-- REQUIRED WORK --
Below this line is the material. Write out only its lines from the one containing "-115.503015314), (-160.194552833, -115.164617763))" through the one containing "A parametric FreeCAD", both kept, exactly.

-- GIVEN INFORMATION --
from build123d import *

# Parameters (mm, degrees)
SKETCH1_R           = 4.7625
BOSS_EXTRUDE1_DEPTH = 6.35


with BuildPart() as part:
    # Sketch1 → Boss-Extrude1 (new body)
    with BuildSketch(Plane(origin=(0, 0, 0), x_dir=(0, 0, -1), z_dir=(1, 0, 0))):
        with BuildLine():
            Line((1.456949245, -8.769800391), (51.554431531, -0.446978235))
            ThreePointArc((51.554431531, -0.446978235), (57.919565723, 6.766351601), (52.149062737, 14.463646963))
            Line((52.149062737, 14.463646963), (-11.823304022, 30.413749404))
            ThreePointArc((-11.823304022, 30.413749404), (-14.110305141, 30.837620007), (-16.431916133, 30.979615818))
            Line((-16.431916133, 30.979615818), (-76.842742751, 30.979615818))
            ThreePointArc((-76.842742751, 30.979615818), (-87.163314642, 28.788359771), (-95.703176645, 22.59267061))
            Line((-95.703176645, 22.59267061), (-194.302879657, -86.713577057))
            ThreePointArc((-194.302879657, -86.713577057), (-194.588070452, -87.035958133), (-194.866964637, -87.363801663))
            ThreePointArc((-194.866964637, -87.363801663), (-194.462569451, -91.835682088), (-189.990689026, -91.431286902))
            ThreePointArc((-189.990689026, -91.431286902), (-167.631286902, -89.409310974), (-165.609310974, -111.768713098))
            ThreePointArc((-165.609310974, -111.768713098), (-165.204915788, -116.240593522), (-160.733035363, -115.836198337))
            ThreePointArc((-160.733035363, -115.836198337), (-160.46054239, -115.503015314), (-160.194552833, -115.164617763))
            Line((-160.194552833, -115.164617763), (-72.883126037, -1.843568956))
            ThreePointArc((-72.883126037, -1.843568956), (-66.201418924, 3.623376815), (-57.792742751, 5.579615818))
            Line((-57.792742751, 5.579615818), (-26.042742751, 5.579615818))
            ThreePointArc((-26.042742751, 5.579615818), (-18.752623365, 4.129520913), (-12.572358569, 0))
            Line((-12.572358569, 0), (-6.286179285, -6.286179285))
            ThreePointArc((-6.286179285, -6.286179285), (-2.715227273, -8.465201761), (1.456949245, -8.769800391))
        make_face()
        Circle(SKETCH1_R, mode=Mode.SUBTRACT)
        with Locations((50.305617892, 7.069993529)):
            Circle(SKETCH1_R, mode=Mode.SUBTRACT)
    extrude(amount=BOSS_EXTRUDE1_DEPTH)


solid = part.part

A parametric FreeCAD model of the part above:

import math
import FreeCAD as App
import Part
import Sketcher

V = App.Vector
Q = App.Units.Quantity

doc = App.newDocument("Part")
params = doc.addObject("Spreadsheet::Sheet", "Params")
for row, (alias, value) in enumerate([
    ("sketch1_radius", "1 in"),
    ("sketch1_radius2", "0.3 in"),
    ("sketch1_radius3", "0.75 in"),
    ("sketch1_radius4", "0.75 in"),
    ("sketch1_radius5", "0.75 in"),
    ("pad1_length", "0.25 in"),
], start=1):
    params.set(f"A{row}", alias)
    params.set(f"B{row}", "=" + value)
    params.setAlias(f"B{row}", alias)

body = doc.addObject("PartDesign::Body", "Body")

# Sketch on YZ plane
sketch1 = body.newObject("Sketcher::SketchObject", "Sketch")
sketch1.AttachmentSupport = (doc.getObject("YZ_Plane"), [""])
sketch1.MapMode = "FlatFace"
sketch1.addGeometry(Part.LineSegment(V(-8.7698, -1.456949, 0), V(-0.446978, -51.554432, 0)), False)
sketch1.addGeometry(Part.ArcOfCircle(Part.Circle(V(7.069994, -50.305618, 0), V(0, 0, 1), 7.62), math.radians(-170.567456), math.radians(-14)), False)
sketch1.addGeometry(Part.LineSegment(V(14.463647, -52.149063, 0), V(30.413749, 11.823304, 0)), False)
sketch1.addGeometry(Part.ArcOfCircle(Part.Circle(V(11.929616, 16.431916, 0), V(0, 0, 1), 19.05), math.radians(-14), math.radians(0)), False)
sketch1.addGeometry(Part.LineSegment(V(30.979616, 16.431916, 0), V(30.979616, 76.842743, 0)), False)
sketch1.addGeometry(Part.ArcOfCircle(Part.Circle(V(5.579616, 76.842743, 0), V(0, 0, 1), 25.4), math.radians(0), math.radians(47.94796)), False)
sketch1.addGeometry(Part.LineSegment(V(22.592671, 95.703177, 0), V(-86.713577, 194.30288, 0)), False)
sketch1.addGeometry(Part.ArcOfCircle(Part.Circle(V(-101.6, 177.799999, 0), V(0, 0, 1), 22.225001), math.radians(47.94796), math.radians(50.167241)), False)
sketch1.addGeometry(Part.ArcOfCircle(Part.Circle(V(-89.397544, 192.428827, 0), V(0, 0, 1), 3.175), math.radians(50.167241), math.radians(230.167241)), False)
sketch1.addGeometry(Part.ArcOfCircle(Part.Circle(V(-101.6, 177.8, 0), V(0, 0, 1), 15.875), math.radians(-129.832759), math.radians(50.167241)), False)
sketch1.addGeometry(Part.ArcOfCircle(Part.Circle(V(-113.802456, 163.171173, 0), V(0, 0, 1), 3.175), math.radians(50.167241), math.radians(230.167241)), False)
sketch1.addGeometry(Part.ArcOfCircle(Part.Circle(V(-101.600002, 177.799998, 0), V(0, 0, 1), 22.224997), math.radians(-129.832759), math.radians(-127.613477)), False)
sketch1.addGeometry(Part.LineSegment(V(-115.164618, 160.194553, 0), V(-1.843569, 72.883126, 0)), False)
sketch1.addGeometry(Part.ArcOfCircle(Part.Circle(V(-13.470384, 57.792743, 0), V(0, 0, 1), 19.05), math.radians(0), math.radians(52.386523)), False)
sketch1.addGeometry(Part.LineSegment(V(5.579616, 57.792743, 0), V(5.579616, 26.042743, 0)), False)
sketch1.addGeometry(Part.ArcOfCircle(Part.Circle(V(-13.470384, 26.042743, 0), V(0, 0, 1), 19.05), math.radians(-45), math.radians(0)), False)
sketch1.addGeometry(Part.LineSegment(V(0, 12.572359, 0), V(-6.286179, 6.286179, 0)), False)
sketch1.addGeometry(Part.ArcOfCircle(Part.Circle(V(0, 0, 0), V(0, 0, 1), 8.89), math.radians(135), math.radians(189.432544)), False)
sketch1.addGeometry(Part.Circle(V(0, 0, 0), V(0, 0, 1), 4.7625), False)
sketch1.addGeometry(Part.Circle(V(7.069994, -50.305618, 0), V(0, 0, 1), 4.7625), False)
sketch1.addConstraint(Sketcher.Constraint("Coincident", 0, 2, 1, 1))
sketch1.addConstraint(Sketcher.Constraint("Coincident", 1, 2, 2, 1))
sketch1.addConstraint(Sketcher.Constraint("Coincident", 2, 2, 3, 1))
sketch1.addConstraint(Sketcher.Constraint("Coincident", 3, 2, 4, 1))
sketch1.addConstraint(Sketcher.Constraint("Coincident", 4, 2, 5, 1))
sketch1.addConstraint(Sketcher.Constraint("Coincident", 5, 2, 6, 1))
sketch1.addConstraint(Sketcher.Constraint("Coincident", 6, 2, 7, 1))
sketch1.addConstraint(Sketcher.Constraint("Coincident", 7, 2, 8, 1))
sketch1.addConstraint(Sketcher.Constraint("Coincident", 8, 2, 9, 2))
sketch1.addConstraint(Sketcher.Constraint("Coincident", 9, 1, 10, 1))
sketch1.addConstraint(Sketcher.Constraint("Coincident", 10, 2, 11, 1))
sketch1.addConstraint(Sketcher.Constraint("Coincident", 11, 2, 12, 1))
sketch1.addConstraint(Sketcher.Constraint("Coincident", 12, 2, 13, 2))
sketch1.addConstraint(Sketcher.Constraint("Coincident", 13, 1, 14, 1))
sketch1.addConstraint(Sketcher.Constraint("Coincident", 14, 2, 15, 2))
sketch1.addConstraint(Sketcher.Constraint("Coincident", 15, 1, 16, 1))
sketch1.addConstraint(Sketcher.Constraint("Coincident", 16, 2, 17, 1))
sketch1.addConstraint(Sketcher.Constraint("Coincident", 17, 2, 0, 1))
sketch1.addConstraint(Sketcher.Constraint("Vertical", 4))
sketch1.addConstraint(Sketcher.Constraint("Vertical", 14))
sketch1.addConstraint(Sketcher.Constraint("Coincident", 17, 3, -1, 1))
sketch1.addConstraint(Sketcher.Constraint("Coincident", 18, 3, -1, 1))
sketch1.addConstraint(Sketcher.Constraint("Coincident", 9, 3, 7, 3))
sketch1.addConstraint(Sketcher.Constraint("Coincident", 11, 3, 7, 3))
sketch1.addConstraint(Sketcher.Constraint("Coincident", 19, 3, 1, 3))
sketch1.addConstraint(Sketcher.Constraint("PointOnObject", 15, 1, -2))
sketch1.addConstraint(Sketcher.Constraint("Radius", 5, Q("1 in")))
sketch1.addConstraint(Sketcher.Constraint("Radius", 1, Q("0.3 in")))
sketch1.addConstraint(Sketcher.Constraint("Radius", 3, Q("0.75 in")))
sketch1.addConstraint(Sketcher.Constraint("Radius", 13, Q("0.75 in")))
sketch1.addConstraint(Sketcher.Constraint("Radius", 15, Q("0.75 in")))
sketch1.addConstraint(Sketcher.Constraint("Radius", 17, Q("0.35 in")))
sketch1.addConstraint(Sketcher.Constraint("Diameter", 18, Q("0.375 in")))
sketch1.addConstraint(Sketcher.Constraint("Diameter", 19, Q("0.375 in")))
sketch1.addConstraint(Sketcher.Constraint("DistanceX", 7, 3, -1, 1, Q("4 in")))
sketch1.addConstraint(Sketcher.Constraint("DistanceY", -1, 1, 7, 3, Q("7 in")))
sketch1.addConstraint(Sketcher.Constraint("Radius", 7, Q("0.875 in")))
sketch1.addConstraint(Sketcher.Constraint("Radius", 8, Q("0.125 in")))
sketch1.addConstraint(Sketcher.Constraint("Radius", 10, Q("0.125 in")))
sketch1.addConstraint(Sketcher.Constraint("DistanceX", 13, 3, 3, 3, Q("1 in")))
sketch1.addConstraint(Sketcher.Constraint("DistanceY", 15, 3, 5, 3, Q("2 in")))
sketch1.addConstraint(Sketcher.Constraint("DistanceY", 14, 2, 14, 1, Q("1.25 in")))
sketch1.addConstraint(Sketcher.Constraint("Distance", 16, Q("0.35 in")))
sketch1.addConstraint(Sketcher.Constraint("DistanceY", 13, 3, 5, 3, Q("0.75 in")))
sketch1.addConstraint(Sketcher.Constraint("DistanceY", 13, 3, 4, 2, Q("0.75 in")))
sketch1.addConstraint(Sketcher.Constraint("DistanceY", 13, 1, 5, 3, Q("0.75 in")))
sketch1.addConstraint(Sketcher.Constraint("DistanceY", 11, 2, 10, 2, Q("0.0212001 in")))
sketch1.addConstraint(Sketcher.Constraint("DistanceX", 7, 2, -1, 1, Q("87.363802 mm")))
sketch1.addConstraint(Sketcher.Constraint("DistanceX", 10, 2, -1, 1, Q("115.836198 mm")))
sketch1.addConstraint(Sketcher.Constraint("DistanceX", 17, 2, -1, 1, Q("8.7698 mm")))
sketch1.addConstraint(Sketcher.Constraint("DistanceY", 4, 1, 4, 2, Q("60.410827 mm")))
sketch1.addConstraint(Sketcher.Constraint("DistanceX", 0, 2, -1, 1, Q("0.446978 mm")))
sketch1.addConstraint(Sketcher.Constraint("DistanceY", 0, 2, -1, 1, Q("51.554432 mm")))
sketch1.addConstraint(Sketcher.Constraint("DistanceX", -1, 1, 2, 2, Q("30.413749 mm")))
sketch1.addConstraint(Sketcher.Constraint("DistanceX", -1, 1, 5, 2, Q("22.592671 mm")))
sketch1.addConstraint(Sketcher.Constraint("DistanceY", -1, 1, 6, 2, Q("194.30288 mm")))
sketch1.addConstraint(Sketcher.Constraint("DistanceY", -1, 1, 8, 2, Q("189.990689 mm")))
sketch1.addConstraint(Sketcher.Constraint("DistanceY", -1, 1, 9, 1, Q("165.609311 mm")))
sketch1.addConstraint(Sketcher.Constraint("DistanceX", 12, 2, -1, 1, Q("1.843569 mm")))
sketch1.addConstraint(Sketcher.Constraint("DistanceY", -1, 1, 15, 1, Q("12.572359 mm")))
sketch1.addConstraint(Sketcher.Constraint("DistanceY", 1, 3, 5, 3, Q("127.148361 mm")))
sketch1.addConstraint(Sketcher.Constraint("DistanceX", 8, 3, 5, 3, Q("94.97716 mm")))
sketch1.addConstraint(Sketcher.Constraint("DistanceY", 3, 3, 8, 3, Q("175.996911 mm")))
sketch1.addConstraint(Sketcher.Constraint("DistanceX", 10, 3, 8, 3, Q("24.404911 mm")))
sketch1.addConstraint(Sketcher.Constraint("DistanceY", 5, 3, 10, 3, Q("86.32843 mm")))
sketch1.addConstraint(Sketcher.Constraint("DistanceY", 1, 2, 0, 2, Q("0.594631 mm")))
sketch1.setExpression("Constraints[26]", "Params.sketch1_radius")
sketch1.setExpression("Constraints[27]", "Params.sketch1_radius2")
sketch1.setExpression("Constraints[28]", "Params.sketch1_radius3")
sketch1.setExpression("Constraints[29]", "Params.sketch1_radius4")
sketch1.setExpression("Constraints[30]", "Params.sketch1_radius5")
pad1 = body.newObject("PartDesign::Pad", "Pad")
pad1.Profile = sketch1
pad1.setExpression("Length", "Params.pad1_length")

doc.recompute()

-- SOLUTION TO THIS PROBLEM --
            ThreePointArc((-160.733035363, -115.836198337), (-160.46054239, -115.503015314), (-160.194552833, -115.164617763))
            Line((-160.194552833, -115.164617763), (-72.883126037, -1.843568956))
            ThreePointArc((-72.883126037, -1.843568956), (-66.201418924, 3.623376815), (-57.792742751, 5.579615818))
            Line((-57.792742751, 5.579615818), (-26.042742751, 5.579615818))
            ThreePointArc((-26.042742751, 5.579615818), (-18.752623365, 4.129520913), (-12.572358569, 0))
            Line((-12.572358569, 0), (-6.286179285, -6.286179285))
            ThreePointArc((-6.286179285, -6.286179285), (-2.715227273, -8.465201761), (1.456949245, -8.769800391))
        make_face()
        Circle(SKETCH1_R, mode=Mode.SUBTRACT)
        with Locations((50.305617892, 7.069993529)):
            Circle(SKETCH1_R, mode=Mode.SUBTRACT)
    extrude(amount=BOSS_EXTRUDE1_DEPTH)


solid = part.part

A parametric FreeCAD model of the part above:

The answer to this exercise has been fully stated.